▶ **PROBLEM STATEMENT**
Look below for the line containing "Circle(SKETCH4_R)"; from there, print each line exactly up to and including the line containing "# FreeCAD 1.0 macro for this part", and stop.

▶ **Collected data entries**
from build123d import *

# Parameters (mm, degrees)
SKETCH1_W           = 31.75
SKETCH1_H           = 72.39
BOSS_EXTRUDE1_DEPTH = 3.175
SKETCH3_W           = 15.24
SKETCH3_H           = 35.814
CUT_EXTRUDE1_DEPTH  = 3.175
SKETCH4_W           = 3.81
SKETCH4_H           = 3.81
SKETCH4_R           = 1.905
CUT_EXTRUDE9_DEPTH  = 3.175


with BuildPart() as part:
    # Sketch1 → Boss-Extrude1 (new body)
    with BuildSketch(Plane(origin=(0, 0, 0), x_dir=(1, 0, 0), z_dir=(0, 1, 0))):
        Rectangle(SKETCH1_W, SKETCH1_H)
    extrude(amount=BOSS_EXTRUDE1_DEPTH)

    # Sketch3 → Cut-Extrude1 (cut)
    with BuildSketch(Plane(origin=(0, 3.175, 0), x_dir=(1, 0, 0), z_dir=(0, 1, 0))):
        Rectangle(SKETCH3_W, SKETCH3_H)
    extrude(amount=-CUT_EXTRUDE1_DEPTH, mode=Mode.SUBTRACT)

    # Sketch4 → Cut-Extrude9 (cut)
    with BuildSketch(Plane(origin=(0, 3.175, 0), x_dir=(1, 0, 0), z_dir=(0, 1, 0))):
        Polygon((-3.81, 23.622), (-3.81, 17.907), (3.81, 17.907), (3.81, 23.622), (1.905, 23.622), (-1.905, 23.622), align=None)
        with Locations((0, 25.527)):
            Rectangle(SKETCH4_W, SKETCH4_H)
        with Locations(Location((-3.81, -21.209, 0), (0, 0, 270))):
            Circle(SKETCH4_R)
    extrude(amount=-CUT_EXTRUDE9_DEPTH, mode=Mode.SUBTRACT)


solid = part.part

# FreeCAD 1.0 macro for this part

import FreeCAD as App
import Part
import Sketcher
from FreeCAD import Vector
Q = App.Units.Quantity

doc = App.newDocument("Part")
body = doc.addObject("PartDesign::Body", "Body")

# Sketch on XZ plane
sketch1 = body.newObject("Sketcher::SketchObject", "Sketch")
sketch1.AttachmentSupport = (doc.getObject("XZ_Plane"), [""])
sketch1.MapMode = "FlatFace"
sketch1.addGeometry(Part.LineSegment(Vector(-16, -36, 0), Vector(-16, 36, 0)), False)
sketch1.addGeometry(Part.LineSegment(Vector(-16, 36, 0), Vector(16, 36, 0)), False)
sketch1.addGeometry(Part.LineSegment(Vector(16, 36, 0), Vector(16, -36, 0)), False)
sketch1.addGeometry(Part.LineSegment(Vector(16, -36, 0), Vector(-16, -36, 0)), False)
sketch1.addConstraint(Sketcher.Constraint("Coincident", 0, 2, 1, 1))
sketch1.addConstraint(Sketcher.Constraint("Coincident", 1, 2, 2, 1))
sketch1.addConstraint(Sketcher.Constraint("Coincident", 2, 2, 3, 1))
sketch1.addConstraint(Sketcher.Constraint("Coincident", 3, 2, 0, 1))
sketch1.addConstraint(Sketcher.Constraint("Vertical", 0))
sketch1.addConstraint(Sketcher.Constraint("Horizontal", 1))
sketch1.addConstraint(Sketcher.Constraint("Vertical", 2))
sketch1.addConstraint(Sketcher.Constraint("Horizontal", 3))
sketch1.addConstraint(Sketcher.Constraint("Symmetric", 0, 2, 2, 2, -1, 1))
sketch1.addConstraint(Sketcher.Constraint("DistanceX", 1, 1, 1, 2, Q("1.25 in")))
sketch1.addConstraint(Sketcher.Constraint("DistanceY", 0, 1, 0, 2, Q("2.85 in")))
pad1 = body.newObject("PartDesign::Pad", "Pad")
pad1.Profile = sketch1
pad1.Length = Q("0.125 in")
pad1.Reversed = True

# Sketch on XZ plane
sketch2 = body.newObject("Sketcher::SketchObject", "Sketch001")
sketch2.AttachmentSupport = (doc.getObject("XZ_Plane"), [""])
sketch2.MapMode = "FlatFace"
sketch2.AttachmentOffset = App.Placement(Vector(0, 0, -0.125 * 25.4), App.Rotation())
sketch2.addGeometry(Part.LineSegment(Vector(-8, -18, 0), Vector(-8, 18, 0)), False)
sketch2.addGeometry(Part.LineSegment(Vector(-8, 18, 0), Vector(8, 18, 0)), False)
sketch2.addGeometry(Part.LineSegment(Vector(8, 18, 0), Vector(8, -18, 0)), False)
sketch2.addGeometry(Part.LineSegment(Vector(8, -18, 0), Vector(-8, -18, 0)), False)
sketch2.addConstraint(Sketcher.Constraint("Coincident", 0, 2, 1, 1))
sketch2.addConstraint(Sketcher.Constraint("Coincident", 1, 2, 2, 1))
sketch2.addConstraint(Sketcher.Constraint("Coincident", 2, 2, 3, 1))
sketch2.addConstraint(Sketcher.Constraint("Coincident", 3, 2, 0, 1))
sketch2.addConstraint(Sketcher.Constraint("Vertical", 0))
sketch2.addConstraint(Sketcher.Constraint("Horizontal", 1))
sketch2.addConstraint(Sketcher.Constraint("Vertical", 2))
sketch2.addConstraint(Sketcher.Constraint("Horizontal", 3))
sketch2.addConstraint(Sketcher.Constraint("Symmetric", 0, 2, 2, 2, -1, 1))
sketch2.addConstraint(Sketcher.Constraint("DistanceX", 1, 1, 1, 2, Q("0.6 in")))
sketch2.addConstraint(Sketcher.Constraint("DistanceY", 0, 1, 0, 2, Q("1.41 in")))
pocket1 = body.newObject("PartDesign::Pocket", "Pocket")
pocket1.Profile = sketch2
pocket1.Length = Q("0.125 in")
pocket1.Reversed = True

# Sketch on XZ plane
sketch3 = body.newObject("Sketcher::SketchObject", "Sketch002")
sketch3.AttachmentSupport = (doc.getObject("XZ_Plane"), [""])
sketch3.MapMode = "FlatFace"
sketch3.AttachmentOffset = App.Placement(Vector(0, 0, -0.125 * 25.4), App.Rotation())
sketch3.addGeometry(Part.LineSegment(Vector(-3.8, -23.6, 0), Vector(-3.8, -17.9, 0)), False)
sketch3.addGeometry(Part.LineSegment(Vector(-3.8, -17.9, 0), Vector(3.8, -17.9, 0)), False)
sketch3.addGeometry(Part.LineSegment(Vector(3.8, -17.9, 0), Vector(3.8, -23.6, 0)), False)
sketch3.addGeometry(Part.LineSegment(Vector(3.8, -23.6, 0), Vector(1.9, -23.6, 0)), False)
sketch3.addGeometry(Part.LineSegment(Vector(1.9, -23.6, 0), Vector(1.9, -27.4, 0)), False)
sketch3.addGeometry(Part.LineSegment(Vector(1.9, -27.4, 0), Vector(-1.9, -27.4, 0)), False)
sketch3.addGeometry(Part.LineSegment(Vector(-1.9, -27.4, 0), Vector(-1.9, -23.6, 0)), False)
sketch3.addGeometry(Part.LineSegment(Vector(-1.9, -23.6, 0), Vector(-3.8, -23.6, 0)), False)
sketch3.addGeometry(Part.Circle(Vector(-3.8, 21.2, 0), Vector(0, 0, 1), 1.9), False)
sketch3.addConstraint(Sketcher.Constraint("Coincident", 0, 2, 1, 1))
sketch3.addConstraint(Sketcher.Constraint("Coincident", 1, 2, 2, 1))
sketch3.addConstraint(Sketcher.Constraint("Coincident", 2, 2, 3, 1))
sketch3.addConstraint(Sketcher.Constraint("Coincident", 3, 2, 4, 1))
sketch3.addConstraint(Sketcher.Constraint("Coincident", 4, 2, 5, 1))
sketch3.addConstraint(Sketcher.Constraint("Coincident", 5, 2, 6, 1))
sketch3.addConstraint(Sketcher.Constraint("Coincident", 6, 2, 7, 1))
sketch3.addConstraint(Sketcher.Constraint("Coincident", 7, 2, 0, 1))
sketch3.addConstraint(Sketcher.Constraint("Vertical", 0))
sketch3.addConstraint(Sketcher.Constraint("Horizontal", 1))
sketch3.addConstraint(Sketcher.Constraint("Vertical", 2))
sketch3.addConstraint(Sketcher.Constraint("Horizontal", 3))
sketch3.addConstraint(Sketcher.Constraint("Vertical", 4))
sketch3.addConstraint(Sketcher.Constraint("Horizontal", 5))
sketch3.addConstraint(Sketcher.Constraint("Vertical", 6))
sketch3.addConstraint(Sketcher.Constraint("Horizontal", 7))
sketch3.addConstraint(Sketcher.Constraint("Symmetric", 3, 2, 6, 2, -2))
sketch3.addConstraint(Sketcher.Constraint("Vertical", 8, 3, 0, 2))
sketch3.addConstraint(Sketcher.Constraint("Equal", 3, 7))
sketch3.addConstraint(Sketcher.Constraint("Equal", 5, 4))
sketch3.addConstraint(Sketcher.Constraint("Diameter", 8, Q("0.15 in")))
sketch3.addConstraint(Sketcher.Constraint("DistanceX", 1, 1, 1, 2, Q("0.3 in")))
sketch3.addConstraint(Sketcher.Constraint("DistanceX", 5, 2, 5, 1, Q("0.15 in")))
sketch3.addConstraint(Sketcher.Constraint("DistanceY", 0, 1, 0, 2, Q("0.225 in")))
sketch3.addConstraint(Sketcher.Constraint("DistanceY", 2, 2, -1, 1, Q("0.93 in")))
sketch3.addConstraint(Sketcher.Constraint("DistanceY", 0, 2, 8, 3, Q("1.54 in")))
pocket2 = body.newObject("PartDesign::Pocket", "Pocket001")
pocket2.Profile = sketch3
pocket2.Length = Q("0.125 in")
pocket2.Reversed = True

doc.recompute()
---
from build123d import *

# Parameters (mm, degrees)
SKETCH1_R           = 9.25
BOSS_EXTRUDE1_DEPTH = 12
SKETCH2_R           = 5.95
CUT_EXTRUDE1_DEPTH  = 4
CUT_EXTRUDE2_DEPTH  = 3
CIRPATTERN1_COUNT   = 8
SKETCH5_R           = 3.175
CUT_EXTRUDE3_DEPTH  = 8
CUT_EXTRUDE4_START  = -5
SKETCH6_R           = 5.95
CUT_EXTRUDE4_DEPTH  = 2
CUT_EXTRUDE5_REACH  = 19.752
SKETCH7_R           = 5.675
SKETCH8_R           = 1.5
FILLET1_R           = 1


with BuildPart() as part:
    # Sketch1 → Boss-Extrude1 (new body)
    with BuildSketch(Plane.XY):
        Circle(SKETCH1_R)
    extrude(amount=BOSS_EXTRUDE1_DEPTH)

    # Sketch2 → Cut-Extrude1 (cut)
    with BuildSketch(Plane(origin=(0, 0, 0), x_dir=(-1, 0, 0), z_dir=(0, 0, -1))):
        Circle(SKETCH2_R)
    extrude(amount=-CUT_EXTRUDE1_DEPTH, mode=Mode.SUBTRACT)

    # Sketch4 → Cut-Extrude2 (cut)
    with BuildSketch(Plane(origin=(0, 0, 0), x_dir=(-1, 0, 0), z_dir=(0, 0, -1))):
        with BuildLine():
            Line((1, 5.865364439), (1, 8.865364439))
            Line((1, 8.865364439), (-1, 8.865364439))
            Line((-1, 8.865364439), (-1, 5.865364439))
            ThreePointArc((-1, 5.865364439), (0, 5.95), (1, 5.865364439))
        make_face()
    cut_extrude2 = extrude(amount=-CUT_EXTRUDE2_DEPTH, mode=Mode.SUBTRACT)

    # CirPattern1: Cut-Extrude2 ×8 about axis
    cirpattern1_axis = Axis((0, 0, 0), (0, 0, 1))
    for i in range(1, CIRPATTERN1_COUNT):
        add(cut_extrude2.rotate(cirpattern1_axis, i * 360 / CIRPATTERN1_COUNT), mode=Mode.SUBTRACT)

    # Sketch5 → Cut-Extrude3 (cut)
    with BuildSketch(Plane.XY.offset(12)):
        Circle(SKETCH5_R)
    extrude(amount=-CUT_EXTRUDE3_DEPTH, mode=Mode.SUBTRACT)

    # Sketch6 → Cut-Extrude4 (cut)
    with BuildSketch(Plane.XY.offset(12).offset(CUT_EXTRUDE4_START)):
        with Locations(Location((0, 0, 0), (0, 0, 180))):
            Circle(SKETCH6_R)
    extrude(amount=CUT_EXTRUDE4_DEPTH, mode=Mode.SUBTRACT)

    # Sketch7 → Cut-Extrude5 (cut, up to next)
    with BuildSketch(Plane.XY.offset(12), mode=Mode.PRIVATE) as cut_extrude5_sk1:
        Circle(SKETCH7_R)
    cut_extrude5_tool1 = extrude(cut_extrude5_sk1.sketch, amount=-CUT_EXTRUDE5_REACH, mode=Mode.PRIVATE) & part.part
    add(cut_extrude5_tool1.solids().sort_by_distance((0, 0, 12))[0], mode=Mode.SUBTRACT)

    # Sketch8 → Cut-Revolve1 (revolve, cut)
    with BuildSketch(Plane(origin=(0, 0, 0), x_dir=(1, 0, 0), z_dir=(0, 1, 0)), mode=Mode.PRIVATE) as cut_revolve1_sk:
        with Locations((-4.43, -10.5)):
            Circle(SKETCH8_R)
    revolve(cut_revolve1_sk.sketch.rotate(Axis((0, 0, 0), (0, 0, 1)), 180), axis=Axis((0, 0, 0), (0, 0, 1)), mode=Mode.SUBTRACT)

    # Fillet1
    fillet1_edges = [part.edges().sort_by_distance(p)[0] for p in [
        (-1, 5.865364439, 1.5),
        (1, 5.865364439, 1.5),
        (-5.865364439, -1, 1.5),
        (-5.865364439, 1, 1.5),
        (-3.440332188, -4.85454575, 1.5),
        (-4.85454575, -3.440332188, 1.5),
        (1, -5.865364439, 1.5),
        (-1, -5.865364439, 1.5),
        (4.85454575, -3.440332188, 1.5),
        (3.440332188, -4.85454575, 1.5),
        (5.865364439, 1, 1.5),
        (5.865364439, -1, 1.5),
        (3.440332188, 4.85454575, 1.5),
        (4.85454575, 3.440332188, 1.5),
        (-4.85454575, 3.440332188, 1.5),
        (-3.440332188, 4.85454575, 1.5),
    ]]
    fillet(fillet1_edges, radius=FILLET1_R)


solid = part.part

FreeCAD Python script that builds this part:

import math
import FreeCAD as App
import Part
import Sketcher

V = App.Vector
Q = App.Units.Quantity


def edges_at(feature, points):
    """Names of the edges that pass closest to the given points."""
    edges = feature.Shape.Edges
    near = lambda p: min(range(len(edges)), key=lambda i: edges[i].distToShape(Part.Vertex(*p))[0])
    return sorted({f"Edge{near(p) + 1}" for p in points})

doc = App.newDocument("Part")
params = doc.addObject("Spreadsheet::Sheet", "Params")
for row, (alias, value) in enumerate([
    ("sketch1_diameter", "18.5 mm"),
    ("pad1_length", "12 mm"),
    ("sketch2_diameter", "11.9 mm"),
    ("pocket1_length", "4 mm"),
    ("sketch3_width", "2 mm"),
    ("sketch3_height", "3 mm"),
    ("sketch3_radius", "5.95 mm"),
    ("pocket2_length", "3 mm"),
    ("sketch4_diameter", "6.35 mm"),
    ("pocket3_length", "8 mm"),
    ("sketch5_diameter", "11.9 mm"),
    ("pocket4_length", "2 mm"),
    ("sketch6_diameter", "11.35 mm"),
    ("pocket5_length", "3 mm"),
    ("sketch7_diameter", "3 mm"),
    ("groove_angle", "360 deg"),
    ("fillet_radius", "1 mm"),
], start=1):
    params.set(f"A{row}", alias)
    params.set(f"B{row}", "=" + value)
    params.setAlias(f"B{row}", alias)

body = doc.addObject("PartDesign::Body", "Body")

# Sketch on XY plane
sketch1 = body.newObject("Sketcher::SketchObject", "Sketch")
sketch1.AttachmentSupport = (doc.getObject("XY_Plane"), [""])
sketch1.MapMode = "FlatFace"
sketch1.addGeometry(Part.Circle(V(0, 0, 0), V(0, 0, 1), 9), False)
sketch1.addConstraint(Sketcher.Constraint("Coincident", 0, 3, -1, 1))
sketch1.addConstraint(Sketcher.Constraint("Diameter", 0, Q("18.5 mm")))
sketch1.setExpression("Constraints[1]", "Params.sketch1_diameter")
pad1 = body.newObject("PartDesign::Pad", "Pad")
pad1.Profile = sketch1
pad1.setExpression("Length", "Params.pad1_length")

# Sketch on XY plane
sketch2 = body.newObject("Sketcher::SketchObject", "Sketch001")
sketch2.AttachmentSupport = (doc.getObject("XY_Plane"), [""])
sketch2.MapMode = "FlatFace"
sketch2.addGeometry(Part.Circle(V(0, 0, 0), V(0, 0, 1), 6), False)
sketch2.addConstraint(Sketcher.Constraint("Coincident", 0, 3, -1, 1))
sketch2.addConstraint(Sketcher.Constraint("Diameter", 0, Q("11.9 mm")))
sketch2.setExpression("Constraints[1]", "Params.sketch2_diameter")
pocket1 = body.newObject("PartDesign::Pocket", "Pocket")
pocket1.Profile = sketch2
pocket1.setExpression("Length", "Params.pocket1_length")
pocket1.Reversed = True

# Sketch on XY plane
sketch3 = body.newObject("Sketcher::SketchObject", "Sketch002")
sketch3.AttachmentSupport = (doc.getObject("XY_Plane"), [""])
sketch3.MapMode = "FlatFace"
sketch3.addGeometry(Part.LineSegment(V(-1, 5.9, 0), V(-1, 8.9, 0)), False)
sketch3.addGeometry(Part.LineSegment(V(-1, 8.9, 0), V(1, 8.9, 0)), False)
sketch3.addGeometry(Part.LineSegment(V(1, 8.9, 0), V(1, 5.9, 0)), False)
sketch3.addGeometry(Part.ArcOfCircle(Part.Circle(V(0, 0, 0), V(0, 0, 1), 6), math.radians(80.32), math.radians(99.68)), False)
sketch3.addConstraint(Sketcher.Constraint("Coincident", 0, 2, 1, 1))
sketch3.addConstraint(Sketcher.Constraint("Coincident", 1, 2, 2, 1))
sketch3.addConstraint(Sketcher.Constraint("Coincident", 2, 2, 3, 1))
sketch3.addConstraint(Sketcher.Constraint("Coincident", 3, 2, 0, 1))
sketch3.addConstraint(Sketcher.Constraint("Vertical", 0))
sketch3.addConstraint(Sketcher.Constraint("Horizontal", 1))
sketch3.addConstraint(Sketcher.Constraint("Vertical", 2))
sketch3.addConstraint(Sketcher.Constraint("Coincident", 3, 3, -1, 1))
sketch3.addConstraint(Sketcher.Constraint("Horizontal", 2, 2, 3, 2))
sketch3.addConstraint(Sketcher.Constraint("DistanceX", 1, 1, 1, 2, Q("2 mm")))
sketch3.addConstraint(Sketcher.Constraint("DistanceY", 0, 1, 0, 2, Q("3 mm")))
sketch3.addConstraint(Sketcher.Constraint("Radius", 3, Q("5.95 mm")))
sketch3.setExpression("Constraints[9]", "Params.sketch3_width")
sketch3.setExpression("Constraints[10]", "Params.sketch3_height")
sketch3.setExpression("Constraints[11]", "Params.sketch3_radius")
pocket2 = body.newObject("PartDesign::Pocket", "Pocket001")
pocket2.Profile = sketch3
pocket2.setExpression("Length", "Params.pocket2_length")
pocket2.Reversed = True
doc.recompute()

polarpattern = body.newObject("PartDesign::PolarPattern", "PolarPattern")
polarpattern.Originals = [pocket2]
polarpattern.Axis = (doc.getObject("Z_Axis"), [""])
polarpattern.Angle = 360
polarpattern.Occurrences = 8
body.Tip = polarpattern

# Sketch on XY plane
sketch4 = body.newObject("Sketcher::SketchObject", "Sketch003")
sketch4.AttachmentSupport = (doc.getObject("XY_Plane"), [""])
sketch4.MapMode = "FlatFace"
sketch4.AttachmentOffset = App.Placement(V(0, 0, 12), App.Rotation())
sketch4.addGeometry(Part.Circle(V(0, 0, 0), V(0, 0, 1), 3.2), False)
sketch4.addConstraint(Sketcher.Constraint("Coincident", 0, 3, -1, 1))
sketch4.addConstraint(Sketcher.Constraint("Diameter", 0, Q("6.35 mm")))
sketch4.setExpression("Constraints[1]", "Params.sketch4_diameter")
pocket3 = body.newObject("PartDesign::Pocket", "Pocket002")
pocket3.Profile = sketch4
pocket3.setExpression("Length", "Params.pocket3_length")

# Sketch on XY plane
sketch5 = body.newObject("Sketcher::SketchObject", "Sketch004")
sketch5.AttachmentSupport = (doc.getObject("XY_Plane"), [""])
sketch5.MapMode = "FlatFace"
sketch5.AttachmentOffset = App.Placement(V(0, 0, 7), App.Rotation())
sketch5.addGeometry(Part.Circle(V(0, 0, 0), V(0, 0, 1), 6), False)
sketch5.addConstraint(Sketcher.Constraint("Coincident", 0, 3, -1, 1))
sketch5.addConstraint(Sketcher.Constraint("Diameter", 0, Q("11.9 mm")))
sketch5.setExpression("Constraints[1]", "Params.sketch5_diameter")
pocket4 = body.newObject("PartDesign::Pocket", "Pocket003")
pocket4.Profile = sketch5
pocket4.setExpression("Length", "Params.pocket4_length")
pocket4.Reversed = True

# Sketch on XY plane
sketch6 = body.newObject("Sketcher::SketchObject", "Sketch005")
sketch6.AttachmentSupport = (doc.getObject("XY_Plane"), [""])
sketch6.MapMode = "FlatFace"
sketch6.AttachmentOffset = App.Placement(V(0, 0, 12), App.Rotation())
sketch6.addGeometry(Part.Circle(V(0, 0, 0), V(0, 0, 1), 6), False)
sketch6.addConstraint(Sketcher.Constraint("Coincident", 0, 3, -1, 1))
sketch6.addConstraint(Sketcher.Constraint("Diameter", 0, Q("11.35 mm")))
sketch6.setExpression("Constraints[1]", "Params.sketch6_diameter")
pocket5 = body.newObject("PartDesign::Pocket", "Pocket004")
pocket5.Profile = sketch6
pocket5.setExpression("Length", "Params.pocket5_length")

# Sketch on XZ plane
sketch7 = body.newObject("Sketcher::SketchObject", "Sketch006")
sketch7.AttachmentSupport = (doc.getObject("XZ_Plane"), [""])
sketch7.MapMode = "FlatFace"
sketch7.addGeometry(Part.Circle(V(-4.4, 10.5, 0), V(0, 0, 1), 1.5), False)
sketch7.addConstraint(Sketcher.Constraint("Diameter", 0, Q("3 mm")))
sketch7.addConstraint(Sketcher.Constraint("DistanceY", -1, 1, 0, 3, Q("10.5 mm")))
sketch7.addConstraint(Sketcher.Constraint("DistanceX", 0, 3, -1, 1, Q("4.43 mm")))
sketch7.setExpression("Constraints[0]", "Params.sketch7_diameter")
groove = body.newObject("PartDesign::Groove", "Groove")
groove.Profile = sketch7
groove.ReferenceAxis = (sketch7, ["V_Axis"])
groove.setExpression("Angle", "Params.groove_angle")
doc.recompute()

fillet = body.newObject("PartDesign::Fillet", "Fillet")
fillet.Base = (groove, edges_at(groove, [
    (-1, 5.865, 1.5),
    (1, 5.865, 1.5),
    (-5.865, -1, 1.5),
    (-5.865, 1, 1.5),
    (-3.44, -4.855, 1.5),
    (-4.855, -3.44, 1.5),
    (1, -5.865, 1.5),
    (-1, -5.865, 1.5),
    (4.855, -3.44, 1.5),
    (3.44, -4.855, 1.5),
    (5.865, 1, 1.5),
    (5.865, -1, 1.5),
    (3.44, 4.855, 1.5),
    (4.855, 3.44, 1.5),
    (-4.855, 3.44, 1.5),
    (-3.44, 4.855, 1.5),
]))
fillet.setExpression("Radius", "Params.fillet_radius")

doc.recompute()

▶ **EXERCISE ANSWER**
            Circle(SKETCH4_R)
    extrude(amount=-CUT_EXTRUDE9_DEPTH, mode=Mode.SUBTRACT)


solid = part.part

# FreeCAD 1.0 macro for this part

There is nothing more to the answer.